Dennis Duffin, music director and guitarist for Fin de Fiesta Flamenco provides the rapid arpeggios and syncopated rhythms to the dance. Photo by Lawrence Wong

Original flamenco show forged by artists in Spain and France

Hermann’s Jazz Club presents Fin de Fiesta Flamenco’s new work, Sempiterno

Artistic director and dancer Lia Grainger with Fin de Fiesta Flamenco brings the passion of the dance to Victoria in Sempiterno, a new production being staged July 17 at Hermann’s Jazz Club. Photo by Rodorodcom

Fin de Fiesta Flamenco, a musical and dance group with Spanish and French influences, brings their original show Sempiterno to Hermann’s Jazz Club next week.

The July 17 show presents the coming together of artistic talents from around Europe and Canada for a hypnotic new production that explores the timeless yet ever-changing art form of flamenco.

The diverse group features artistic director and dancer Lia Grainger, who hails from Vancouver but now works out of the Amor de Dios studio in Madrid, as does flautist Lara Wong, an extraordinary improviser and accompanist.

Guitarist Dennis Duffin (Toronto) is based in Seville, the cradle of flamenco, where he composes and collaborates with flamenco artists from around the world.
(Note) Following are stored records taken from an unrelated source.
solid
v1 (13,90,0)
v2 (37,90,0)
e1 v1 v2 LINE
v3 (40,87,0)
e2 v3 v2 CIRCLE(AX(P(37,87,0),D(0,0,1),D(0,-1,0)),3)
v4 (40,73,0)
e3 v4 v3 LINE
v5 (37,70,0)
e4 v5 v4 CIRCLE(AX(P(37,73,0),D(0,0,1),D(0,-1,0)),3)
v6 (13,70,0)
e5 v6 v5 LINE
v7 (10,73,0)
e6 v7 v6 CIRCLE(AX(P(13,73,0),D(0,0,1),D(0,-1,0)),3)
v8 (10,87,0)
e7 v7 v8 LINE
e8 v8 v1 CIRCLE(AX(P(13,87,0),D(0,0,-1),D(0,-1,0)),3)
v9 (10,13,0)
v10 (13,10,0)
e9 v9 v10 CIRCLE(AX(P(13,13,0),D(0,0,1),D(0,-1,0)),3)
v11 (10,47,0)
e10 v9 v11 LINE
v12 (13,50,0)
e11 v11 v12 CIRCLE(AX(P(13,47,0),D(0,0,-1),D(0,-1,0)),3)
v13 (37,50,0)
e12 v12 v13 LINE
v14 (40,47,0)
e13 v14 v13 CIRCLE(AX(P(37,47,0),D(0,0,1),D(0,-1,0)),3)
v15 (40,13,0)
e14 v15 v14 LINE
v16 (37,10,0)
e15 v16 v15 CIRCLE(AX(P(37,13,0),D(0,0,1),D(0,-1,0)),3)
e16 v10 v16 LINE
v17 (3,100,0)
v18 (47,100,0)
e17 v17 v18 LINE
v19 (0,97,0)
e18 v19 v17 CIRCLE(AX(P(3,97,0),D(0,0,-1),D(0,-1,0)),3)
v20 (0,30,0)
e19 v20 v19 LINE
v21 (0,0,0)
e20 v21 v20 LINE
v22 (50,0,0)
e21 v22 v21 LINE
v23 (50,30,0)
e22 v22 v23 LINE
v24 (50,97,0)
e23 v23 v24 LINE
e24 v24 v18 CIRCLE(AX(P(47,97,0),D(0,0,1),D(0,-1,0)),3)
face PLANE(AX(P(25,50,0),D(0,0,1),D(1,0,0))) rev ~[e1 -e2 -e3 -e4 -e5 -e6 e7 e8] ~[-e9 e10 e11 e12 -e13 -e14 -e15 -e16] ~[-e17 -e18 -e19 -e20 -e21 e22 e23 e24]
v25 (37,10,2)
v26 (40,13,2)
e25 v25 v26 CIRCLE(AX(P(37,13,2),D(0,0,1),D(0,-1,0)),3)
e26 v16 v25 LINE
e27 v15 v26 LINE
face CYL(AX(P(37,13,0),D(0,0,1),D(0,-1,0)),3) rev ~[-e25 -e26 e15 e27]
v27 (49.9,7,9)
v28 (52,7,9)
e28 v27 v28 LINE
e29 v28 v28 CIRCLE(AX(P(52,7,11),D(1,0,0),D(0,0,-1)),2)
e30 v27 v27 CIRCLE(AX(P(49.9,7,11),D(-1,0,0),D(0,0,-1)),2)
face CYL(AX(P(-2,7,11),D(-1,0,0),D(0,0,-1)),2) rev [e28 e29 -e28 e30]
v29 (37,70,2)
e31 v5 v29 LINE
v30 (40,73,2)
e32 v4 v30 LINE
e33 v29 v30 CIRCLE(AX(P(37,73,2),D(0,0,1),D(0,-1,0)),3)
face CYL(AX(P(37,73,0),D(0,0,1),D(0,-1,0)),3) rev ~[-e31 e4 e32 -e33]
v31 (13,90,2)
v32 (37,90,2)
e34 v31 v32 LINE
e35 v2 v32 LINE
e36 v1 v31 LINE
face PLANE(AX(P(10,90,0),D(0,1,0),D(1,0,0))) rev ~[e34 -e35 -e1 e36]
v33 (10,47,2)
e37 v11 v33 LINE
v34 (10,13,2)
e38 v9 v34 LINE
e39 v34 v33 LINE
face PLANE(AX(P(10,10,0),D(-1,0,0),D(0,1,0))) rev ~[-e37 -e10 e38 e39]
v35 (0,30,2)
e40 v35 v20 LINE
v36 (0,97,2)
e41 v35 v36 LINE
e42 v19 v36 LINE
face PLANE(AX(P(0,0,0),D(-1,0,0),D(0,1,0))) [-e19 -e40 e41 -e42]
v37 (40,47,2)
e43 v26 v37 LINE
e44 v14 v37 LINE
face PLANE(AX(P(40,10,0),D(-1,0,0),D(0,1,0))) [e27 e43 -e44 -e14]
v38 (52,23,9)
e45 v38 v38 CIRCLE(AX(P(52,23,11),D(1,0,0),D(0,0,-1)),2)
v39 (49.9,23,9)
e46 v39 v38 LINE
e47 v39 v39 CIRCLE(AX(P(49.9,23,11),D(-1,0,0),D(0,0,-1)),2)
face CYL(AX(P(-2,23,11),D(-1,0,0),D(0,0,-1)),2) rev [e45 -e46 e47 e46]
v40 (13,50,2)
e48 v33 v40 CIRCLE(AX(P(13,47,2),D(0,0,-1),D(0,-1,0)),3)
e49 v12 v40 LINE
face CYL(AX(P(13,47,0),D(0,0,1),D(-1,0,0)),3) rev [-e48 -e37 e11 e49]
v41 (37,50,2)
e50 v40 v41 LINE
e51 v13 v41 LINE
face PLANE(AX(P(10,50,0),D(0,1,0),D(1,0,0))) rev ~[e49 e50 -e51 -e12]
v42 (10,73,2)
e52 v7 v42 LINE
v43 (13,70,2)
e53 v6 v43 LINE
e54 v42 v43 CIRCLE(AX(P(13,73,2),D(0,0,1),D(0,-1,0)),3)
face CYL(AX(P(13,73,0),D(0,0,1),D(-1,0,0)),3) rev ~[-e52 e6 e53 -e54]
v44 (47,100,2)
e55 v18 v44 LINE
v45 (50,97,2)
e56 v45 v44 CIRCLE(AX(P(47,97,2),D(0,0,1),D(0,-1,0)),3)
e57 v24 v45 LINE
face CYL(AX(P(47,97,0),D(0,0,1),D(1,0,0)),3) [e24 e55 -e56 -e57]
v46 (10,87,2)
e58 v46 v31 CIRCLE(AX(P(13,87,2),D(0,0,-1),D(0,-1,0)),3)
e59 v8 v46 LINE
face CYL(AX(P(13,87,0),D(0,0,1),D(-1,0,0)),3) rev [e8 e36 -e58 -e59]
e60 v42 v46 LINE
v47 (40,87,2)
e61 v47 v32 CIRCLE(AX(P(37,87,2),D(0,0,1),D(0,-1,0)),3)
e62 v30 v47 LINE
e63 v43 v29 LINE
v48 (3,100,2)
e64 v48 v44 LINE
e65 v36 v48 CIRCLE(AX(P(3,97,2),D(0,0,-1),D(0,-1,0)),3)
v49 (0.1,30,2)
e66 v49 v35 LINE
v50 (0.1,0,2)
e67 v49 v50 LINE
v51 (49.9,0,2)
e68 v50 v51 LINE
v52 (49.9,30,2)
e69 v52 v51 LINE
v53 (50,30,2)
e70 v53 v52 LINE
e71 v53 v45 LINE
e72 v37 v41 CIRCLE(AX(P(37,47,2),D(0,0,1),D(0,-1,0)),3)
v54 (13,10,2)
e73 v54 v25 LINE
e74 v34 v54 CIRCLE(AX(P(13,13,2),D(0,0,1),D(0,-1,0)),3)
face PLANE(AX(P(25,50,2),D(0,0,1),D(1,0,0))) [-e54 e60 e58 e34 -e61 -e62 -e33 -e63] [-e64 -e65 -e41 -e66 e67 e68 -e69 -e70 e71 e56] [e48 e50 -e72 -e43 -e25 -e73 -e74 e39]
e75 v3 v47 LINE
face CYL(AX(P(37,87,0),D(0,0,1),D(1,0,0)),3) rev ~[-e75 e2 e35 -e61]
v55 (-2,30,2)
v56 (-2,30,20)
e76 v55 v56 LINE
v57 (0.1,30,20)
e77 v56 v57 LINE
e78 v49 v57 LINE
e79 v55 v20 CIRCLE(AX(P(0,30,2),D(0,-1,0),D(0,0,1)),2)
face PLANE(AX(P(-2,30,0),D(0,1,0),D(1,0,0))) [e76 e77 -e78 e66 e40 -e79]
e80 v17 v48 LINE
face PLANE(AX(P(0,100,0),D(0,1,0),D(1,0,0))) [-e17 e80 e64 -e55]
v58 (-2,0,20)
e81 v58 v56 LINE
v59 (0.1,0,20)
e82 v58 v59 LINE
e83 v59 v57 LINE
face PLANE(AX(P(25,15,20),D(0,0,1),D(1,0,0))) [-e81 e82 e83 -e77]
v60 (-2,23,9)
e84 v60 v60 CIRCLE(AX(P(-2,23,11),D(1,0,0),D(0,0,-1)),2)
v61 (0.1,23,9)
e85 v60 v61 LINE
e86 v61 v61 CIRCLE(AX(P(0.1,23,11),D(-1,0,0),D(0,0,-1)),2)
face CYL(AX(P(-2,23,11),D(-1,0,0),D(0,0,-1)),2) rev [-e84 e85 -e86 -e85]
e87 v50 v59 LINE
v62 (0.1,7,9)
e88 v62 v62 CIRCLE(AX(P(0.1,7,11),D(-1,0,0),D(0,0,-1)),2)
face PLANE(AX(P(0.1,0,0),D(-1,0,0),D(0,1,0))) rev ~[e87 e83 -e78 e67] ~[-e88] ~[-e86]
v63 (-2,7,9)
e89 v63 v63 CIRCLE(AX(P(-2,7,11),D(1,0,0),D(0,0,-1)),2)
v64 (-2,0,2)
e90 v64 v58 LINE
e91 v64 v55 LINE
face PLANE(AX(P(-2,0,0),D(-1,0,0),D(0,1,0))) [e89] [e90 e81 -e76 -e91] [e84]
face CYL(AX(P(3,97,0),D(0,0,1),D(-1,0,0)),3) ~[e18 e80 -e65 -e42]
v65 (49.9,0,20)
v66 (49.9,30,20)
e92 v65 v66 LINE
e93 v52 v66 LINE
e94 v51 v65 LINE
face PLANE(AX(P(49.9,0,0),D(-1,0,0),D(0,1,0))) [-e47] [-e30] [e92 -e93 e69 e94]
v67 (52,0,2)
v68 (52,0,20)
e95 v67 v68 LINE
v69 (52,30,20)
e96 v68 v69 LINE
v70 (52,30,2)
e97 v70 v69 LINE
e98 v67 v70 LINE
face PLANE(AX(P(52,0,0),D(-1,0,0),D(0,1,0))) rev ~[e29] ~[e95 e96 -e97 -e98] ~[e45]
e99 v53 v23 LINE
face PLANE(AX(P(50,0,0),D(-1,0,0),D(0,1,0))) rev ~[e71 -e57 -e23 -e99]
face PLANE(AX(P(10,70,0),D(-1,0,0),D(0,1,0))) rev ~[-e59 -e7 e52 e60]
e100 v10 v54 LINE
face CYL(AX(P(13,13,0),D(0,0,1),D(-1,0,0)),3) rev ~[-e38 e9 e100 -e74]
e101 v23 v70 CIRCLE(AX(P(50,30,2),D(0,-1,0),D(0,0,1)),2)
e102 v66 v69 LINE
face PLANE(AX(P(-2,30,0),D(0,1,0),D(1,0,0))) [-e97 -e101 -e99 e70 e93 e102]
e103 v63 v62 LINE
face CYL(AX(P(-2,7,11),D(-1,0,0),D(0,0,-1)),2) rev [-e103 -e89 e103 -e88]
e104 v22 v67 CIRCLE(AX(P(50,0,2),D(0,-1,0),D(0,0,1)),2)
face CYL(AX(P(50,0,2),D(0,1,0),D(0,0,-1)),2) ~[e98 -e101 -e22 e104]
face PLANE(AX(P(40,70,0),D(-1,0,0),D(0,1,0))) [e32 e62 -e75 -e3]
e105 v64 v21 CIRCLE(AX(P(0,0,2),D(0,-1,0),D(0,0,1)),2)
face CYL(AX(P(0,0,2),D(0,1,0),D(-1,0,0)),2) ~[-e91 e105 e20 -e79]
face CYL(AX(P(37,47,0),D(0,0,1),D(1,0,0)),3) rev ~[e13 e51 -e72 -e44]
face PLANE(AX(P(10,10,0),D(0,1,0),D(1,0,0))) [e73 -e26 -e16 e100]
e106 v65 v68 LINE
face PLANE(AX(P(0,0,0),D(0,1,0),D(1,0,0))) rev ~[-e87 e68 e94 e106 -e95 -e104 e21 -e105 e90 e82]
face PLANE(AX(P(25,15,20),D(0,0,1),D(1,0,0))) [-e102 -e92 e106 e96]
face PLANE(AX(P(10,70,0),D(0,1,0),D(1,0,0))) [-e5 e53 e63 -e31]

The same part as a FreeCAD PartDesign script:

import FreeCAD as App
import Part
import Sketcher

V = App.Vector


def edges_at(feature, points):
    """Names of the edges that pass closest to the given points."""
    edges = feature.Shape.Edges
    near = lambda p: min(range(len(edges)), key=lambda i: edges[i].distToShape(Part.Vertex(*p))[0])
    return sorted({f"Edge{near(p) + 1}" for p in points})


def add_polygon(sketch, points):
    """Adds a closed chain of lines whose ends are joined by coincident constraints."""
    first, n = sketch.GeometryCount, len(points)
    for a, b in zip(points, points[1:] + points[:1]):
        sketch.addGeometry(Part.LineSegment(App.Vector(*a, 0), App.Vector(*b, 0)), False)
    for i in range(n):
        sketch.addConstraint(Sketcher.Constraint("Coincident", first + i, 2, first + (i + 1) % n, 1))

doc = App.newDocument("Part")
params = doc.addObject("Spreadsheet::Sheet", "Params")
for row, (alias, value) in enumerate([
    ("sketch1_height", "30 mm"),
    ("sketch1_width", "49.8 mm"),
    ("pad1_length", "20 mm"),
    ("sketch2_diameter", "4 mm"),
    ("pad2_length", "54 mm"),
    ("sketch3_diameter", "4 mm"),
    ("pad3_length", "54 mm"),
    ("sketch4_width", "54 mm"),
    ("sketch4_height", "30 mm"),
    ("pad4_length", "20 mm"),
    ("fillet_radius", "2 mm"),
    ("fillet2_radius", "2 mm"),
    ("sketch5_width", "30 mm"),
    ("sketch5_height", "20 mm"),
    ("pad5_length", "2 mm"),
    ("fillet3_radius", "3 mm"),
    ("sketch6_width", "30 mm"),
    ("sketch6_height", "40 mm"),
    ("pad6_length", "2 mm"),
    ("fillet4_radius", "3 mm"),
    ("sketch7_width", "50 mm"),
    ("sketch7_height", "100 mm"),
    ("pad7_length", "2 mm"),
    ("fillet5_radius", "3 mm"),
], start=1):
    params.set(f"A{row}", alias)
    params.set(f"B{row}", "=" + value)
    params.setAlias(f"B{row}", alias)

body = doc.addObject("PartDesign::Body", "Body")

# Sketch on XY plane
sketch1 = body.newObject("Sketcher::SketchObject", "Sketch")
sketch1.AttachmentSupport = (doc.getObject("XY_Plane"), [""])
sketch1.MapMode = "FlatFace"
add_polygon(sketch1, [(2, 30), (2, 0), (52, 0), (52, 30)])  # lines 0-3
sketch1.addConstraint([
    Sketcher.Constraint("Vertical", 0),
    Sketcher.Constraint("Horizontal", 1),
    Sketcher.Constraint("Vertical", 2),
    Sketcher.Constraint("Horizontal", 3),
    Sketcher.Constraint("PointOnObject", 0, 2, -1),
    Sketcher.Constraint("DistanceY", 0, 2, 0, 1, 30.0),
    Sketcher.Constraint("DistanceX", 1, 1, 1, 2, 49.8),
    Sketcher.Constraint("DistanceX", -1, 1, 0, 2, 2.1),
])
sketch1.setExpression("Constraints[9]", "Params.sketch1_height")
sketch1.setExpression("Constraints[10]", "Params.sketch1_width")
pad1 = body.newObject("PartDesign::Pad", "Pad")
pad1.Profile = sketch1
pad1.setExpression("Length", "Params.pad1_length")
body2 = doc.addObject("PartDesign::Body", "Body001")

# Sketch on YZ plane
sketch2 = body2.newObject("Sketcher::SketchObject", "Sketch001")
sketch2.AttachmentSupport = (doc.getObject("YZ_Plane001"), [""])
sketch2.MapMode = "FlatFace"
sketch2.addGeometry(Part.Circle(V(23, 11, 0), V(0, 0, 1), 2), False)
sketch2.addConstraint([
    Sketcher.Constraint("Diameter", 0, 4.0),
    Sketcher.Constraint("DistanceX", -1, 1, 0, 3, 23.0),
    Sketcher.Constraint("DistanceY", -1, 1, 0, 3, 11.0),
])
sketch2.setExpression("Constraints[0]", "Params.sketch2_diameter")
pad2 = body2.newObject("PartDesign::Pad", "Pad001")
pad2.Profile = sketch2
pad2.setExpression("Length", "Params.pad2_length")
body3 = doc.addObject("PartDesign::Body", "Body002")

# Sketch on YZ plane
sketch3 = body3.newObject("Sketcher::SketchObject", "Sketch002")
sketch3.AttachmentSupport = (doc.getObject("YZ_Plane002"), [""])
sketch3.MapMode = "FlatFace"
sketch3.addGeometry(Part.Circle(V(7, 11, 0), V(0, 0, 1), 2), False)
sketch3.addConstraint([
    Sketcher.Constraint("Diameter", 0, 4.0),
    Sketcher.Constraint("DistanceX", -1, 1, 0, 3, 7.0),
    Sketcher.Constraint("DistanceY", -1, 1, 0, 3, 11.0),
])
sketch3.setExpression("Constraints[0]", "Params.sketch3_diameter")
pad3 = body3.newObject("PartDesign::Pad", "Pad002")
pad3.Profile = sketch3
pad3.setExpression("Length", "Params.pad3_length")
body4 = doc.addObject("PartDesign::Body", "Body003")
body4.AllowCompound = True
Singer Alejandro Mendía (Saint Lô, France) and his wife, dancer Deborah “La Caramelita” (Vancouver) make their home in Bordeaux, France, while percussionist Hanser Santos Gómez (Havana) has called Montreal home ever since emigrating from Cuba five years ago.

“As artists practicing a foreign craft in a foreign land, we bring a unique and perspective to the art form,” says Grainger, who has called Spain home for the past four years. “We seek to remain true to flamenco’s roots, but at the same time, we cannot help but be Canadian, French, Cuban — so we choose to embrace it.”

The group spent a year composing and choreographing this new work from their home-bases around the world, then assembled several times in Seville and Bordeaux to create the finished product. Sempiterno means “eternal” or “everlasting” — something that has no beginning and no end. It is the story of flamenco itself.

In Sempiterno, Fin de Fiesta tells the story of flamenco’s undefinable beginning and endless evolution. Searing vocals weave with rapid guitar arpeggios. Haunting flute melodies accent staccato footwork and earthy rhythms as skirts swirl and feet stomp.

Tickets for this 8 p.m. show are $25 in advance, $30 at the door. You can find them online at eventbrite.ca.